-- Opening Marker --
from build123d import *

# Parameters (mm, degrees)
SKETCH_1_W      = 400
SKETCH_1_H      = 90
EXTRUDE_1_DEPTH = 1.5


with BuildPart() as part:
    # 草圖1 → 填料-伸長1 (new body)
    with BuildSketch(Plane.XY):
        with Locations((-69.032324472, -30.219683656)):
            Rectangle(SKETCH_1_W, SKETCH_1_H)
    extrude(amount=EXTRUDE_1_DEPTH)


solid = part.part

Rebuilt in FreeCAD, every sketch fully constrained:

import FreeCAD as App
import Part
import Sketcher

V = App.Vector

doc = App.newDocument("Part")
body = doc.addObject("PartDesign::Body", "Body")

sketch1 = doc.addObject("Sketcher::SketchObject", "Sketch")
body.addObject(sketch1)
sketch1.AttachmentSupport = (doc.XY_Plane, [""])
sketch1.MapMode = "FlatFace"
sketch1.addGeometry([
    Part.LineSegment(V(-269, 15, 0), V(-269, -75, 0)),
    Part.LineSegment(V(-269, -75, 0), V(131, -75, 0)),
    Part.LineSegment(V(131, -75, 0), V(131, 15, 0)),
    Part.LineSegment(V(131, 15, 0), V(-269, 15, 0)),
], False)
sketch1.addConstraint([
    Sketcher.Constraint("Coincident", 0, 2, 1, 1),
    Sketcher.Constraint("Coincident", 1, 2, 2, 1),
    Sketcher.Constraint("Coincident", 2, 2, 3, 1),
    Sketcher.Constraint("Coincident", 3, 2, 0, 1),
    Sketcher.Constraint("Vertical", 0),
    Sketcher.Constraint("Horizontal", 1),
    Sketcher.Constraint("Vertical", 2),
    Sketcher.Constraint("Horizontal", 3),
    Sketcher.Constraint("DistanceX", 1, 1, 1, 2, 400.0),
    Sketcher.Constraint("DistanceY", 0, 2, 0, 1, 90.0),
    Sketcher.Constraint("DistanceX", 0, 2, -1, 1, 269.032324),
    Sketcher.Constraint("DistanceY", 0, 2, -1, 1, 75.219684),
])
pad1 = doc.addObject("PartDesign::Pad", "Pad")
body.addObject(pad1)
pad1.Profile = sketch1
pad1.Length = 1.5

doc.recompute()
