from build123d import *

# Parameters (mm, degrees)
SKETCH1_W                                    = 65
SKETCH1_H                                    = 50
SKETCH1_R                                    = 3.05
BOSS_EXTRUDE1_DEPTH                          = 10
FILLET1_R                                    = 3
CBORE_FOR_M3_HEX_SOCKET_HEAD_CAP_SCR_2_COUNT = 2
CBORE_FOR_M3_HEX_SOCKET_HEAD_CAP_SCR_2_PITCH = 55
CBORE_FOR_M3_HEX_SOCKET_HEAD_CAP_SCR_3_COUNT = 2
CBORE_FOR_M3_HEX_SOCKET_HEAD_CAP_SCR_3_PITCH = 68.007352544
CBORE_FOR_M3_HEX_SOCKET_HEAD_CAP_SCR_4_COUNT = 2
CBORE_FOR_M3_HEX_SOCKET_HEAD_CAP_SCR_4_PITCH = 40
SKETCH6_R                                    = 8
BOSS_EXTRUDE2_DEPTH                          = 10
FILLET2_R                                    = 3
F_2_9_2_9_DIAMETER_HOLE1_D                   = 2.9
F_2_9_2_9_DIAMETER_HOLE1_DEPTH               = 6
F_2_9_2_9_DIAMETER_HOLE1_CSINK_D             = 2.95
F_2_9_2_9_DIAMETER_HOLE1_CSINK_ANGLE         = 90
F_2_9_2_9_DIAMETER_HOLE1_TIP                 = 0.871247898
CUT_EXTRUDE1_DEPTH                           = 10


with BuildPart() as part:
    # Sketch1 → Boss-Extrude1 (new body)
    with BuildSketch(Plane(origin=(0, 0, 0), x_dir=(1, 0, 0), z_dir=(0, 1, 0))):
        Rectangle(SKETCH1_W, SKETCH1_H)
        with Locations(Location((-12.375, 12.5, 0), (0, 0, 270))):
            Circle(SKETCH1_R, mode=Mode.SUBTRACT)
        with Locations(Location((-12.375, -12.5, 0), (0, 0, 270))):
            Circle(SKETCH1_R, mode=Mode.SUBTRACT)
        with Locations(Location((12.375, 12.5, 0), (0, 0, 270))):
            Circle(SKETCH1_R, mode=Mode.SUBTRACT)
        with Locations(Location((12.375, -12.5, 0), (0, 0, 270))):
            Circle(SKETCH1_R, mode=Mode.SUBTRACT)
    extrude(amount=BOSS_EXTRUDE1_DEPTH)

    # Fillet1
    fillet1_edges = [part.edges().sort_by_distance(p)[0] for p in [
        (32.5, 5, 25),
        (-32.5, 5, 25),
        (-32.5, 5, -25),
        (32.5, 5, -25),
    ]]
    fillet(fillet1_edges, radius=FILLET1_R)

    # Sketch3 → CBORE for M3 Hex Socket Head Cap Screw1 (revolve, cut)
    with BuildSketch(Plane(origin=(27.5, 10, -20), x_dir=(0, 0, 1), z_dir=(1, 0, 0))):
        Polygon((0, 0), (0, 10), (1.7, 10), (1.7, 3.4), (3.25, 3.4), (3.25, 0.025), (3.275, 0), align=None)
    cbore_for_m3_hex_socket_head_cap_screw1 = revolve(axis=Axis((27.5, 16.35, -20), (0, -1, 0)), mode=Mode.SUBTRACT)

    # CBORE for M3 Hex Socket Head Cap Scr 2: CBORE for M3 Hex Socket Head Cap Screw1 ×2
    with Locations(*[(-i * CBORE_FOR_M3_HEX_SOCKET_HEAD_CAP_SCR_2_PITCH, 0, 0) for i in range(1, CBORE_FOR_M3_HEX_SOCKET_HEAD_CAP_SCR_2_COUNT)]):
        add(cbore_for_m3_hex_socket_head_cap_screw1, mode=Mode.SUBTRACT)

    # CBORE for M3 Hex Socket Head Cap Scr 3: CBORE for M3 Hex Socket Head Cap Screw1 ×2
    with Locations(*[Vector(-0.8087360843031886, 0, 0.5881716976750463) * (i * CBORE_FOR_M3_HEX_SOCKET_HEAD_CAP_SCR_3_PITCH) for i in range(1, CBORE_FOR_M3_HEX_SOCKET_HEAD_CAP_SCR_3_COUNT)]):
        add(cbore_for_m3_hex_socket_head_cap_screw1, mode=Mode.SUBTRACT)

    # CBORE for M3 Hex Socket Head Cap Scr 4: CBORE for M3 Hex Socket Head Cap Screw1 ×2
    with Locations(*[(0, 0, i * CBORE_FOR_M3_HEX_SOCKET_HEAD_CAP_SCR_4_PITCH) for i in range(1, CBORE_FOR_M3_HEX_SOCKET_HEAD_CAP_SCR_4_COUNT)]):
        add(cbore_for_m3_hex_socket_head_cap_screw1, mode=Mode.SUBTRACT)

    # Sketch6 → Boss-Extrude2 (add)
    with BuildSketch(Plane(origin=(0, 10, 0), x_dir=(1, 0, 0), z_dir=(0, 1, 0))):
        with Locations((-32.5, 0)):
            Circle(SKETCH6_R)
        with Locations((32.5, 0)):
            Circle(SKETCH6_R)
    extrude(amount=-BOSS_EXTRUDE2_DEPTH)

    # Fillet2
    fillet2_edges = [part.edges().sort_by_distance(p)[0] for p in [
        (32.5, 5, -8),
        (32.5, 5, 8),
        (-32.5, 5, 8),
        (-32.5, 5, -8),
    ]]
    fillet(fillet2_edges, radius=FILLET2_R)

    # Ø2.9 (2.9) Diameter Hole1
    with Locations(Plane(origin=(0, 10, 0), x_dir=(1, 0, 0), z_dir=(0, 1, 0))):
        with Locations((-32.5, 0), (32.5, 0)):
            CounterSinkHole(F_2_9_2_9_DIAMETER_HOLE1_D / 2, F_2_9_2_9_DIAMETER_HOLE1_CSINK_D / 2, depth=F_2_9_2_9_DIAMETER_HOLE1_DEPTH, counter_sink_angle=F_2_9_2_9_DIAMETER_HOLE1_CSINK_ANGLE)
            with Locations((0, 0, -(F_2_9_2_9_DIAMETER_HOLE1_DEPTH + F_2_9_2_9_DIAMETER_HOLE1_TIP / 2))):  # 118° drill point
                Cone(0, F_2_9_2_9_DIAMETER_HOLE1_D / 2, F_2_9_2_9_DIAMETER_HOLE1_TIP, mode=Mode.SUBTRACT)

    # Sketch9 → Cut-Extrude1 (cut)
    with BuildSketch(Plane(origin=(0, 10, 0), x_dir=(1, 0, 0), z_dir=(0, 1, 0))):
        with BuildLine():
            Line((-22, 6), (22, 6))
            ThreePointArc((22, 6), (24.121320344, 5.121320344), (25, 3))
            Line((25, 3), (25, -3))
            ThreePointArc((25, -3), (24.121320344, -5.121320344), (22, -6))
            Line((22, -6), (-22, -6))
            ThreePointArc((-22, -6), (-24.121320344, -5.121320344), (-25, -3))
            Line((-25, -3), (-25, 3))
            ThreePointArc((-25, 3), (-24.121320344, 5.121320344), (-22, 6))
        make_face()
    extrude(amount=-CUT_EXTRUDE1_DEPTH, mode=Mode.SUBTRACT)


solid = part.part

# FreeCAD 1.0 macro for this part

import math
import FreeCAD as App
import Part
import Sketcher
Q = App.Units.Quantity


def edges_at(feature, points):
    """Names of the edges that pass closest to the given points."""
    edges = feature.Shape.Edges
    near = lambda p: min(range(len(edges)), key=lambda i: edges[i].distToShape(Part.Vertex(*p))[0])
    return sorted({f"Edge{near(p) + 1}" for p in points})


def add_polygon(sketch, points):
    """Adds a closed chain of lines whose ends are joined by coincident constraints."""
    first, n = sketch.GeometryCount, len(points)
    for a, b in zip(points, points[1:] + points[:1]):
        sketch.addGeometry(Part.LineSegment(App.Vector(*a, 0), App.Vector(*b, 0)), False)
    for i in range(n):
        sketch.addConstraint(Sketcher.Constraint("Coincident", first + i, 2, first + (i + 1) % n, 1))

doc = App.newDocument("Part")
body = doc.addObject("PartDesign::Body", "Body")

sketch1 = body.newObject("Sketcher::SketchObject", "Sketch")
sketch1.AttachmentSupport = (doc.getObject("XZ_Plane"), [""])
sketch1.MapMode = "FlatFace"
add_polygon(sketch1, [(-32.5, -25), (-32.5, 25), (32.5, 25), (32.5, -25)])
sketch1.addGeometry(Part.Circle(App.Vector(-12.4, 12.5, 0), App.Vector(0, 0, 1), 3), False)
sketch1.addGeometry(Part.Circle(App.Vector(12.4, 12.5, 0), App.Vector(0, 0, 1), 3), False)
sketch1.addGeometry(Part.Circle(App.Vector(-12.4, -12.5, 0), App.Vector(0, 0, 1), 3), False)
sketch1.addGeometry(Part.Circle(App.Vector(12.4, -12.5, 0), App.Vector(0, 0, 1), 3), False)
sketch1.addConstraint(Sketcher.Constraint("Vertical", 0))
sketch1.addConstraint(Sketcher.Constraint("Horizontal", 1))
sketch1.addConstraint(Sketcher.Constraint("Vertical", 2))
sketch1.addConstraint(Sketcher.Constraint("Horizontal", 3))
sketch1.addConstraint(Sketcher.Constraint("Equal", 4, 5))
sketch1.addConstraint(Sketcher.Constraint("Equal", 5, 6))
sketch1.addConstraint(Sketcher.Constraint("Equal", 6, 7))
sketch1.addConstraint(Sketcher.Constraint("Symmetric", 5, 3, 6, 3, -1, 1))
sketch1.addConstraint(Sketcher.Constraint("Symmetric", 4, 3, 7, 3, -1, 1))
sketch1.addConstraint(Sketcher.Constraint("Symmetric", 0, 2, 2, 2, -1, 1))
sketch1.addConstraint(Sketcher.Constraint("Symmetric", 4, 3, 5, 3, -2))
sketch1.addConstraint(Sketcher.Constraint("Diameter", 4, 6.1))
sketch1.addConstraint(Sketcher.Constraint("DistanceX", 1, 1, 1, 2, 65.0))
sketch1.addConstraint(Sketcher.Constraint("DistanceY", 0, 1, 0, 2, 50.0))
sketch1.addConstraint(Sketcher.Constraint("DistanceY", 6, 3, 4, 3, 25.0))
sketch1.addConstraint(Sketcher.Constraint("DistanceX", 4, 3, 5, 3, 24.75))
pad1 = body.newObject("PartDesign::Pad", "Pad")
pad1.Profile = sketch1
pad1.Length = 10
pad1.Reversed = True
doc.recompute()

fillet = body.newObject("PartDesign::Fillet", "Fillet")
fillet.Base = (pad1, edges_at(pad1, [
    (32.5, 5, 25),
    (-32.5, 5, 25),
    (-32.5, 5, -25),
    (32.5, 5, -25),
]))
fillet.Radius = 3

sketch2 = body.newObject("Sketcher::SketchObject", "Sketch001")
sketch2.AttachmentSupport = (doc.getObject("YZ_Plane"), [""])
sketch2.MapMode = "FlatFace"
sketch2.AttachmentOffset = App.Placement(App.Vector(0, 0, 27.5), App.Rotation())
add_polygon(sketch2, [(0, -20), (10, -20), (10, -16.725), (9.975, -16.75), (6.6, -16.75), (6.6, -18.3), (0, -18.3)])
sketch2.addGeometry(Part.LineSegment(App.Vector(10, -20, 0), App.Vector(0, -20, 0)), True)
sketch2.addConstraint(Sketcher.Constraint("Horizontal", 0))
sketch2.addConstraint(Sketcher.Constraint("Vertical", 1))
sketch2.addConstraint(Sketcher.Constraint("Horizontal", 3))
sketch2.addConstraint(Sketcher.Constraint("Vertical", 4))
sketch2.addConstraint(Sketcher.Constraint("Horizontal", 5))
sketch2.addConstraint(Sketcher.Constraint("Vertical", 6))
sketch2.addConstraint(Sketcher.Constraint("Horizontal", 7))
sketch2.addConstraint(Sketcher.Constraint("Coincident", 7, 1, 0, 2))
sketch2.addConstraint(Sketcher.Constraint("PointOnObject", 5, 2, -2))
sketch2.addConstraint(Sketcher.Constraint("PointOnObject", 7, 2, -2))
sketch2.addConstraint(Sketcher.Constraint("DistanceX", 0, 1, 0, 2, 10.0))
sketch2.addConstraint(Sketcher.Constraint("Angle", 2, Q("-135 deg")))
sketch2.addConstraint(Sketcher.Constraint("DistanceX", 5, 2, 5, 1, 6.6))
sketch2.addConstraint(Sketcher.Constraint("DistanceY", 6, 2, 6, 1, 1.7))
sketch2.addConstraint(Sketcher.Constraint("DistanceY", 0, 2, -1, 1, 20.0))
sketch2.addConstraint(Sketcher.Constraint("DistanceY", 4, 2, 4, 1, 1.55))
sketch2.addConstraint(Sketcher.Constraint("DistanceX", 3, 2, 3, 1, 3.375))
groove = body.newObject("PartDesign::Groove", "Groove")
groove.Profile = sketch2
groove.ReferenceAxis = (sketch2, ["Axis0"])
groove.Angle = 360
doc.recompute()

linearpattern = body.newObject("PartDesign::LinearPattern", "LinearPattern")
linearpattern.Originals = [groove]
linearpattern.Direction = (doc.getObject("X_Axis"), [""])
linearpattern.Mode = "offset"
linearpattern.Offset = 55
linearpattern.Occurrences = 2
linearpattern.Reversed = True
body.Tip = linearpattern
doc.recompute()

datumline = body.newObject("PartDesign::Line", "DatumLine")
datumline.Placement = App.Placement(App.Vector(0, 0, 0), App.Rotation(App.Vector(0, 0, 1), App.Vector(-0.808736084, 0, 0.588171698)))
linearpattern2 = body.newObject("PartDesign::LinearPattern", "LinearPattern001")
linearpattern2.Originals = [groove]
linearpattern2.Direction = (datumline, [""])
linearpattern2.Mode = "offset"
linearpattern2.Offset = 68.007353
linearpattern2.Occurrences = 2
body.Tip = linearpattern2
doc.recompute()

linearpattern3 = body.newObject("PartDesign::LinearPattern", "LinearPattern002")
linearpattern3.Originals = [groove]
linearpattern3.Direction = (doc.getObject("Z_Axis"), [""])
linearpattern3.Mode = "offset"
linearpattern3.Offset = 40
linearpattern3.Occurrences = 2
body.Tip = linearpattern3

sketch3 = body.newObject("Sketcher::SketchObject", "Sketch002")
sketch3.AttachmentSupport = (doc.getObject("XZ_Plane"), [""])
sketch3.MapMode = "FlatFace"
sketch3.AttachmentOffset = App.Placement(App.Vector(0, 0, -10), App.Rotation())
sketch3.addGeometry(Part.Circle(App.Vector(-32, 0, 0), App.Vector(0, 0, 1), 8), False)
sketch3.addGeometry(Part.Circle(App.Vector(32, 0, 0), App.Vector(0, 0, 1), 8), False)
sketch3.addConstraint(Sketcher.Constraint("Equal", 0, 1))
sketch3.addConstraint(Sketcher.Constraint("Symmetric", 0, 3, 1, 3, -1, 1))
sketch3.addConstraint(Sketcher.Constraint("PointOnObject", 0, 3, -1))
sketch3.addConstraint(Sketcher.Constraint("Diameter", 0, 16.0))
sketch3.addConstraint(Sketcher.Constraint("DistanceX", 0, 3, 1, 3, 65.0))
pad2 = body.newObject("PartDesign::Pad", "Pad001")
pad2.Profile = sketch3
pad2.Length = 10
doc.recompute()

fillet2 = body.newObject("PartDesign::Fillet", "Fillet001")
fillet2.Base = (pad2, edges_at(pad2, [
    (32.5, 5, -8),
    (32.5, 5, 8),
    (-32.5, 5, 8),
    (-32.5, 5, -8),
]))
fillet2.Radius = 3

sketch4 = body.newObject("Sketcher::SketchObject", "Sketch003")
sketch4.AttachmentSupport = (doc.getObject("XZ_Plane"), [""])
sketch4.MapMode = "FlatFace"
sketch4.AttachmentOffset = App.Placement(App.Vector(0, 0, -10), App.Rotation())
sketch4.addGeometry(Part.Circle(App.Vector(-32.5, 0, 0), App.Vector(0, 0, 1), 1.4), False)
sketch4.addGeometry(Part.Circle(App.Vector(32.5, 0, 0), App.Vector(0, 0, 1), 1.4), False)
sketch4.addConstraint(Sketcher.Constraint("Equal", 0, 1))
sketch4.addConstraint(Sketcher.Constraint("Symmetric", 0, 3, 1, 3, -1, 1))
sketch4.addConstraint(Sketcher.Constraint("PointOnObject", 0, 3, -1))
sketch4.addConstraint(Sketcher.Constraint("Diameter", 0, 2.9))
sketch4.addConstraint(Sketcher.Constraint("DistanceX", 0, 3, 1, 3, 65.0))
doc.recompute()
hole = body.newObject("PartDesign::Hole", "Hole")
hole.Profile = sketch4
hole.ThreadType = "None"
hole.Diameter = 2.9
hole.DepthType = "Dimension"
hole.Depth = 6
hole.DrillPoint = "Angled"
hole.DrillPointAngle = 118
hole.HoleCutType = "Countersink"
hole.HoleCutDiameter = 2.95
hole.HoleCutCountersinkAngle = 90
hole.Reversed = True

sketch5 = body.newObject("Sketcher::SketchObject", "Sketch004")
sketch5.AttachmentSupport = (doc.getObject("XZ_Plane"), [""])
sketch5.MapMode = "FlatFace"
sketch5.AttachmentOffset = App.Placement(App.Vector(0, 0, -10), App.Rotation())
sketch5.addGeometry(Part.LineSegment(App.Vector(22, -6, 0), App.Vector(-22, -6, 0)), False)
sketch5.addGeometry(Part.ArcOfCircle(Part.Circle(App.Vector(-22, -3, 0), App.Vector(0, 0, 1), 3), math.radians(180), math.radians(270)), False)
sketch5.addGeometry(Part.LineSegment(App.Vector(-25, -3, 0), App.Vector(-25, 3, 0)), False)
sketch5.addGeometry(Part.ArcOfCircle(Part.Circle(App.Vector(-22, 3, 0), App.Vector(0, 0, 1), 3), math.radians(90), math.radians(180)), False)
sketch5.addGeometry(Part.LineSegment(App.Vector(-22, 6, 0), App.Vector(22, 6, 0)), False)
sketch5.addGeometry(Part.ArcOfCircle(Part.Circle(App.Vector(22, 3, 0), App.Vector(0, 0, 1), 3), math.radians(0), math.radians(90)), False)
-- Closing Marker --
* **WHAT YOU HAVE TO DO**
Above are the records; copy exactly the lines from the line with "with Locations(*[(-i *" through the line with "Cone(0, F_2_9_2_9_DIAMETER_HOLE1_D /", both included.

* **EXERCISE SOLUTION**
    with Locations(*[(-i * CBORE_FOR_M3_HEX_SOCKET_HEAD_CAP_SCR_2_PITCH, 0, 0) for i in range(1, CBORE_FOR_M3_HEX_SOCKET_HEAD_CAP_SCR_2_COUNT)]):
        add(cbore_for_m3_hex_socket_head_cap_screw1, mode=Mode.SUBTRACT)

    # CBORE for M3 Hex Socket Head Cap Scr 3: CBORE for M3 Hex Socket Head Cap Screw1 ×2
    with Locations(*[Vector(-0.8087360843031886, 0, 0.5881716976750463) * (i * CBORE_FOR_M3_HEX_SOCKET_HEAD_CAP_SCR_3_PITCH) for i in range(1, CBORE_FOR_M3_HEX_SOCKET_HEAD_CAP_SCR_3_COUNT)]):
        add(cbore_for_m3_hex_socket_head_cap_screw1, mode=Mode.SUBTRACT)

    # CBORE for M3 Hex Socket Head Cap Scr 4: CBORE for M3 Hex Socket Head Cap Screw1 ×2
    with Locations(*[(0, 0, i * CBORE_FOR_M3_HEX_SOCKET_HEAD_CAP_SCR_4_PITCH) for i in range(1, CBORE_FOR_M3_HEX_SOCKET_HEAD_CAP_SCR_4_COUNT)]):
        add(cbore_for_m3_hex_socket_head_cap_screw1, mode=Mode.SUBTRACT)

    # Sketch6 → Boss-Extrude2 (add)
    with BuildSketch(Plane(origin=(0, 10, 0), x_dir=(1, 0, 0), z_dir=(0, 1, 0))):
        with Locations((-32.5, 0)):
            Circle(SKETCH6_R)
        with Locations((32.5, 0)):
            Circle(SKETCH6_R)
    extrude(amount=-BOSS_EXTRUDE2_DEPTH)

    # Fillet2
    fillet2_edges = [part.edges().sort_by_distance(p)[0] for p in [
        (32.5, 5, -8),
        (32.5, 5, 8),
        (-32.5, 5, 8),
        (-32.5, 5, -8),
    ]]
    fillet(fillet2_edges, radius=FILLET2_R)

    # Ø2.9 (2.9) Diameter Hole1
    with Locations(Plane(origin=(0, 10, 0), x_dir=(1, 0, 0), z_dir=(0, 1, 0))):
        with Locations((-32.5, 0), (32.5, 0)):
            CounterSinkHole(F_2_9_2_9_DIAMETER_HOLE1_D / 2, F_2_9_2_9_DIAMETER_HOLE1_CSINK_D / 2, depth=F_2_9_2_9_DIAMETER_HOLE1_DEPTH, counter_sink_angle=F_2_9_2_9_DIAMETER_HOLE1_CSINK_ANGLE)
            with Locations((0, 0, -(F_2_9_2_9_DIAMETER_HOLE1_DEPTH + F_2_9_2_9_DIAMETER_HOLE1_TIP / 2))):  # 118° drill point
                Cone(0, F_2_9_2_9_DIAMETER_HOLE1_D / 2, F_2_9_2_9_DIAMETER_HOLE1_TIP, mode=Mode.SUBTRACT)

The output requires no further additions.